Go Back   Steve's Digicams Forums > Digital Cameras (Point and Shoot) > Hybrid Still/Movie/MP3 Digicams

Reply
 
Thread Tools Search this Thread
Old Jan 10, 2008, 3:40 PM   #11
Senior Member
 
Join Date: Dec 2007
Posts: 1,153
Default

Everybody has their own opinion regarding "HD DVD" and "Blu-ray Disc."

Personally, I think both formats are a waste of time.

Why?

Because the standard definition DVD format, in my opinion, marks the last truly universal optical disc format.

Technology is advancing.

Optical discs -- even high definition optical disc formats -- represent old technology.

The new paradigm is flash memory and home media servers (such as Apple TV) and Internet downloading/uploading of content.

At the institution of higher learning where I work, one can already observe this paradigm.

Almost nobody uses CDs, for example, to transport data... PowerPoint files, videos, audio files, etc.

Instead they use tiny micro flash memory drives, on key chains, which are getting better and cheaper.

These micro drives are in big demand here.

They're fast.

They hold lots of data.

They're tiny.

This, in my view, is how people will transport HD movies increasingly to the point where optical disc formats such as "HD DVD" and "Blu-ray Disc" won't really be as big of a factor as many people suspected.

Starting this year, I think we'll begin to see the downloading of high definition movies increase in a major way.

People will store these HD movies on home servers and then beam them -- via wireless -- to any screen in the house.

It's already happening.

And it's just going to get better and faster and cheaper to the point where optical discs will be seen as a relic of the past within the next couple of years.

Private Idaho


Private Idaho is offline   Reply With Quote
Old Jan 10, 2008, 3:51 PM   #12
Senior Member
 
adric22's Avatar
 
Join Date: May 2007
Posts: 359
Default

Private Idaho wrote:
Quote:
And it's just going to get better and faster and cheaper to the point where optical discs will be seen as a relic of the past within the next couple of years.
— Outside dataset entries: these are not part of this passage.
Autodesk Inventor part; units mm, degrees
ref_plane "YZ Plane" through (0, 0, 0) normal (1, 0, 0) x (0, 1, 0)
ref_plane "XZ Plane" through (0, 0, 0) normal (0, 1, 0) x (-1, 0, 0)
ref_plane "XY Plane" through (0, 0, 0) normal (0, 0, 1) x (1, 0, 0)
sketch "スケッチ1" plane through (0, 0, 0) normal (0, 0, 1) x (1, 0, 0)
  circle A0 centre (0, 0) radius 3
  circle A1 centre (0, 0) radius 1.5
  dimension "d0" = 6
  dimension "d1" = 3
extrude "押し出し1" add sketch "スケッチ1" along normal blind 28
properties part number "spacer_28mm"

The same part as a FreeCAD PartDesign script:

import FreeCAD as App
import Part
import Sketcher
Q = App.Units.Quantity

doc = App.newDocument("Part")
body = doc.addObject("PartDesign::Body", "Body")

# Sketch on XY plane
sketch1 = body.newObject("Sketcher::SketchObject", "Sketch")
sketch1.AttachmentSupport = (doc.getObject("XY_Plane"), [""])
sketch1.MapMode = "FlatFace"
sketch1.addGeometry([
    Part.Circle(App.Vector(0, 0, 0), App.Vector(0, 0, 1), 3),
    Part.Circle(App.Vector(0, 0, 0), App.Vector(0, 0, 1), 1.5),
], False)
sketch1.addConstraint([
    Sketcher.Constraint("Coincident", 0, 3, -1, 1),
    Sketcher.Constraint("Coincident", 1, 3, -1, 1),
    Sketcher.Constraint("Diameter", 0, Q("6 mm")),
    Sketcher.Constraint("Diameter", 1, Q("3 mm")),
])
pad1 = body.newObject("PartDesign::Pad", "Pad")
pad1.Profile = sketch1
pad1.Length = 28

doc.recompute()
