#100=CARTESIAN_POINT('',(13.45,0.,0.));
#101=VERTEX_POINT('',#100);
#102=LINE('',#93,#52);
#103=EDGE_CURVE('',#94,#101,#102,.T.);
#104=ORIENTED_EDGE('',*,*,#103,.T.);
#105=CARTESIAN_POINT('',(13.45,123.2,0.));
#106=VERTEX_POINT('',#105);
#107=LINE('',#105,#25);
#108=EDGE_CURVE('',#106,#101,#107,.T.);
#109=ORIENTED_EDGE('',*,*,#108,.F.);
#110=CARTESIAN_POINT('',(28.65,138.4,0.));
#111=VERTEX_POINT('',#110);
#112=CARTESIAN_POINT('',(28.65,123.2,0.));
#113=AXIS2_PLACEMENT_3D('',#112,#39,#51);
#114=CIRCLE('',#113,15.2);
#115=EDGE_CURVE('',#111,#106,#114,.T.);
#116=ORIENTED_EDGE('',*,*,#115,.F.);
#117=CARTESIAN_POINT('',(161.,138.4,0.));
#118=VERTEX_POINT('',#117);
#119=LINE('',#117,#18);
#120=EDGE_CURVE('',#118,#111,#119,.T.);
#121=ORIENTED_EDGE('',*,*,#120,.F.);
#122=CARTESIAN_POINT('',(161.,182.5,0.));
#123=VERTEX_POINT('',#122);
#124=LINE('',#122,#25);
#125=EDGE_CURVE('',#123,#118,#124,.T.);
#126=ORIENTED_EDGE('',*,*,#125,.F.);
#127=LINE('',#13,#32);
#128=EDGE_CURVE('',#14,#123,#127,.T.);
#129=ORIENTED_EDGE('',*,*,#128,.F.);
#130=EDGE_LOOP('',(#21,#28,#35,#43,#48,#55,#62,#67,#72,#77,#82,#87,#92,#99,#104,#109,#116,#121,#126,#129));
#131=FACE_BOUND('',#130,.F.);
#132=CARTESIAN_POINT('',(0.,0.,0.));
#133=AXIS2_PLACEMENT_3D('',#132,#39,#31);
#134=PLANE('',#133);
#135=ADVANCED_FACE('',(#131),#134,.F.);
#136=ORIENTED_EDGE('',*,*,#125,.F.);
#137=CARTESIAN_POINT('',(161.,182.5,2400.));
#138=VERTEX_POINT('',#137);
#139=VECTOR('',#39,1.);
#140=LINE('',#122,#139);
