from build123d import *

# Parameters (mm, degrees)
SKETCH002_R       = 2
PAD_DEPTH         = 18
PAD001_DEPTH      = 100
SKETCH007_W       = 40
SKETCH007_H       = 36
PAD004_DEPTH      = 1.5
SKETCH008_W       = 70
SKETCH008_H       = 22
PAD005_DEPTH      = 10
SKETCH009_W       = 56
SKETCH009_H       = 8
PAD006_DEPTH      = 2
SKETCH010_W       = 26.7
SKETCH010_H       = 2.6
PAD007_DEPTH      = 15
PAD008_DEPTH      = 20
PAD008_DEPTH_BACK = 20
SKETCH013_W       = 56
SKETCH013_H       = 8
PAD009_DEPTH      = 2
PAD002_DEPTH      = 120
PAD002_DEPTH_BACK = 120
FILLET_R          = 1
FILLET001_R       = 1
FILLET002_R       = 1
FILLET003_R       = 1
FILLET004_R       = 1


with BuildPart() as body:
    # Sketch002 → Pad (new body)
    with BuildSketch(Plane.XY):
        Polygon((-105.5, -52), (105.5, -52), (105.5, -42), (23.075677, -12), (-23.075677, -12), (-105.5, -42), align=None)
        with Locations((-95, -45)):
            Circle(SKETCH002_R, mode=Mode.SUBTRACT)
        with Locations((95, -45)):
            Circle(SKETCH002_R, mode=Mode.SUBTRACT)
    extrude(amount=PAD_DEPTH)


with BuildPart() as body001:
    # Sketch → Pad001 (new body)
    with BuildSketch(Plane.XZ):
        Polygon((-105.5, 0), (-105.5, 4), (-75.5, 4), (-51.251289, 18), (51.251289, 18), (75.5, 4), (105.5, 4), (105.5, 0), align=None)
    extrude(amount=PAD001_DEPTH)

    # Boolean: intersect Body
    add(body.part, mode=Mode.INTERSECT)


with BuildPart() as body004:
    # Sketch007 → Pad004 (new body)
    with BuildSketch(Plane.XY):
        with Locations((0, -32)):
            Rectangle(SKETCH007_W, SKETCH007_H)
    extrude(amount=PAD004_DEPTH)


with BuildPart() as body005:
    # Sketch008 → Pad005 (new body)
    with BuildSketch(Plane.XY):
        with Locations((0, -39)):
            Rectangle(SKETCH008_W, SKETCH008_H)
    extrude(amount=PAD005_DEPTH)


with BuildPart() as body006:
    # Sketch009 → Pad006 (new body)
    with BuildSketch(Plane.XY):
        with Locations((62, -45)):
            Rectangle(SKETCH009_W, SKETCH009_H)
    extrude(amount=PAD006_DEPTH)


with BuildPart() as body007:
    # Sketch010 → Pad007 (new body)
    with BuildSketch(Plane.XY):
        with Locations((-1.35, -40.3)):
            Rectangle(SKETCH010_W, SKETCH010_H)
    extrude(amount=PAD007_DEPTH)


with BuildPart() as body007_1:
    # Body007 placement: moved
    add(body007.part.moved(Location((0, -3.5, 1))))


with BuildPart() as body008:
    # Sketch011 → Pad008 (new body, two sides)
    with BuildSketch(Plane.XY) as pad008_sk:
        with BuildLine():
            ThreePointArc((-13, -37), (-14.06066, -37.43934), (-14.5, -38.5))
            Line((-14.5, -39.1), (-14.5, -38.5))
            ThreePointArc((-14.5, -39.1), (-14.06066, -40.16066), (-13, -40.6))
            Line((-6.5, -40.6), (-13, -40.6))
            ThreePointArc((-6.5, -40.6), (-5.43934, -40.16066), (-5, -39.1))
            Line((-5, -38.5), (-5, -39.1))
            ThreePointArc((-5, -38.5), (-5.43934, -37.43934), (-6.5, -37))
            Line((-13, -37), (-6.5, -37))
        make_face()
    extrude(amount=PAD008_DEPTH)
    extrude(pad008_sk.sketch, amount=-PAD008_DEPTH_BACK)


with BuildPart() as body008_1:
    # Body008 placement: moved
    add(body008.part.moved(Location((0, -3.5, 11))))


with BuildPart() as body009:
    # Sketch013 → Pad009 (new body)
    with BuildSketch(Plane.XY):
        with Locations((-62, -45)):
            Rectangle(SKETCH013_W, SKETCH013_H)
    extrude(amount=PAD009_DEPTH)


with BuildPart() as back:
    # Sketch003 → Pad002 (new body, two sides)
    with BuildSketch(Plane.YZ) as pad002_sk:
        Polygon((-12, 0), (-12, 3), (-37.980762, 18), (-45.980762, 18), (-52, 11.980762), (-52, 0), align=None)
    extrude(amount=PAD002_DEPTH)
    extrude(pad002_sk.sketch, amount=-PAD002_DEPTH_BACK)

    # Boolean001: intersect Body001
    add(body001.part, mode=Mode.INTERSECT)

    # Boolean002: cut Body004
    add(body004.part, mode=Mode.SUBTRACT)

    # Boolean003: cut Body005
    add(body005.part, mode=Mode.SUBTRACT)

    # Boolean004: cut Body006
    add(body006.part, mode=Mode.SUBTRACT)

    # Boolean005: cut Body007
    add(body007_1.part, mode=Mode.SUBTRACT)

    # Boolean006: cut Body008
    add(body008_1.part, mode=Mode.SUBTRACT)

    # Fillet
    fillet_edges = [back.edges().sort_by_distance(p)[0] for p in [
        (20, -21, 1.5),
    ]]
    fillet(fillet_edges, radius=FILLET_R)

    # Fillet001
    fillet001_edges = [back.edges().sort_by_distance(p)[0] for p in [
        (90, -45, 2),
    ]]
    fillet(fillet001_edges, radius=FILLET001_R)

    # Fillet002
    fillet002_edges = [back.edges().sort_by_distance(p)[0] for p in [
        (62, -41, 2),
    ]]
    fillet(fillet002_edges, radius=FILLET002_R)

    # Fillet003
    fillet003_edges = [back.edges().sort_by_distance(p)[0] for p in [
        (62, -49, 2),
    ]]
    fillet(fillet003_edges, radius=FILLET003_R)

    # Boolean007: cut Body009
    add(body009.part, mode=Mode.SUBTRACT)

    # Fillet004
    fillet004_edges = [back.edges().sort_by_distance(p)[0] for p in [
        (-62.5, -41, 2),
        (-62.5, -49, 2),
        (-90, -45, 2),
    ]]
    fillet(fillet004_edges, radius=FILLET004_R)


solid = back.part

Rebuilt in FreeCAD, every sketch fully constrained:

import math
import FreeCAD as App
import Part
import Sketcher
from FreeCAD import Vector
Q = App.Units.Quantity


def edges_at(feature, points):
    """Names of the edges that pass closest to the given points."""
    edges = feature.Shape.Edges
    near = lambda p: min(range(len(edges)), key=lambda i: edges[i].distToShape(Part.Vertex(*p))[0])
    return sorted({f"Edge{near(p) + 1}" for p in points})

doc = App.newDocument("Part")
body = doc.addObject("PartDesign::Body", "Body")

# Sketch on XY plane
sketch1 = doc.addObject("Sketcher::SketchObject", "Sketch")
body.addObject(sketch1)
sketch1.AttachmentSupport = (doc.XY_Plane, [""])
sketch1.MapMode = "FlatFace"
sketch1.addGeometry([
    Part.LineSegment(Vector(-105.5, -52, 0), Vector(105.5, -52, 0)),  # 0
    Part.LineSegment(Vector(105.5, -52, 0), Vector(105.5, -42, 0)),  # 1
    Part.LineSegment(Vector(105.5, -42, 0), Vector(23.1, -12, 0)),  # 2
    Part.LineSegment(Vector(23.1, -12, 0), Vector(-23.1, -12, 0)),  # 3
    Part.LineSegment(Vector(-23.1, -12, 0), Vector(-105.5, -42, 0)),  # 4
    Part.LineSegment(Vector(-105.5, -42, 0), Vector(-105.5, -52, 0)),  # 5
    Part.Circle(Vector(-95, -45, 0), Vector(0, 0, 1), 2),  # 6
    Part.Circle(Vector(95, -45, 0), Vector(0, 0, 1), 2),  # 7
], False)
sketch1.addConstraint([
    Sketcher.Constraint("Coincident", 0, 2, 1, 1),
    Sketcher.Constraint("Coincident", 1, 2, 2, 1),
    Sketcher.Constraint("Coincident", 2, 2, 3, 1),
    Sketcher.Constraint("Coincident", 3, 2, 4, 1),
    Sketcher.Constraint("Coincident", 4, 2, 5, 1),
    Sketcher.Constraint("Coincident", 5, 2, 0, 1),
I partially agree with this statement. I too no longer use optical media, except DVD-RAM for backups (ironic, isn't it - but DVD-RAM is inherintly more reliable than DVD-R) of all of my data. Otherwise, when I want to watch a movie, I copy the .AVI file over to a USB memory stick and carry it to my livingroom and insert it into my Philips DVD player which happens to have a USB socket on it too. Incidently, my $59 DVD player will also play HD-qaulity movies over an HDMI cable direct to my HD television, yet it doesn't cost nearly as much as a blu-ray player.

I download some movies from the internet, others I rent, others I buy. But I always rip them and store them on my server for easier, faster access.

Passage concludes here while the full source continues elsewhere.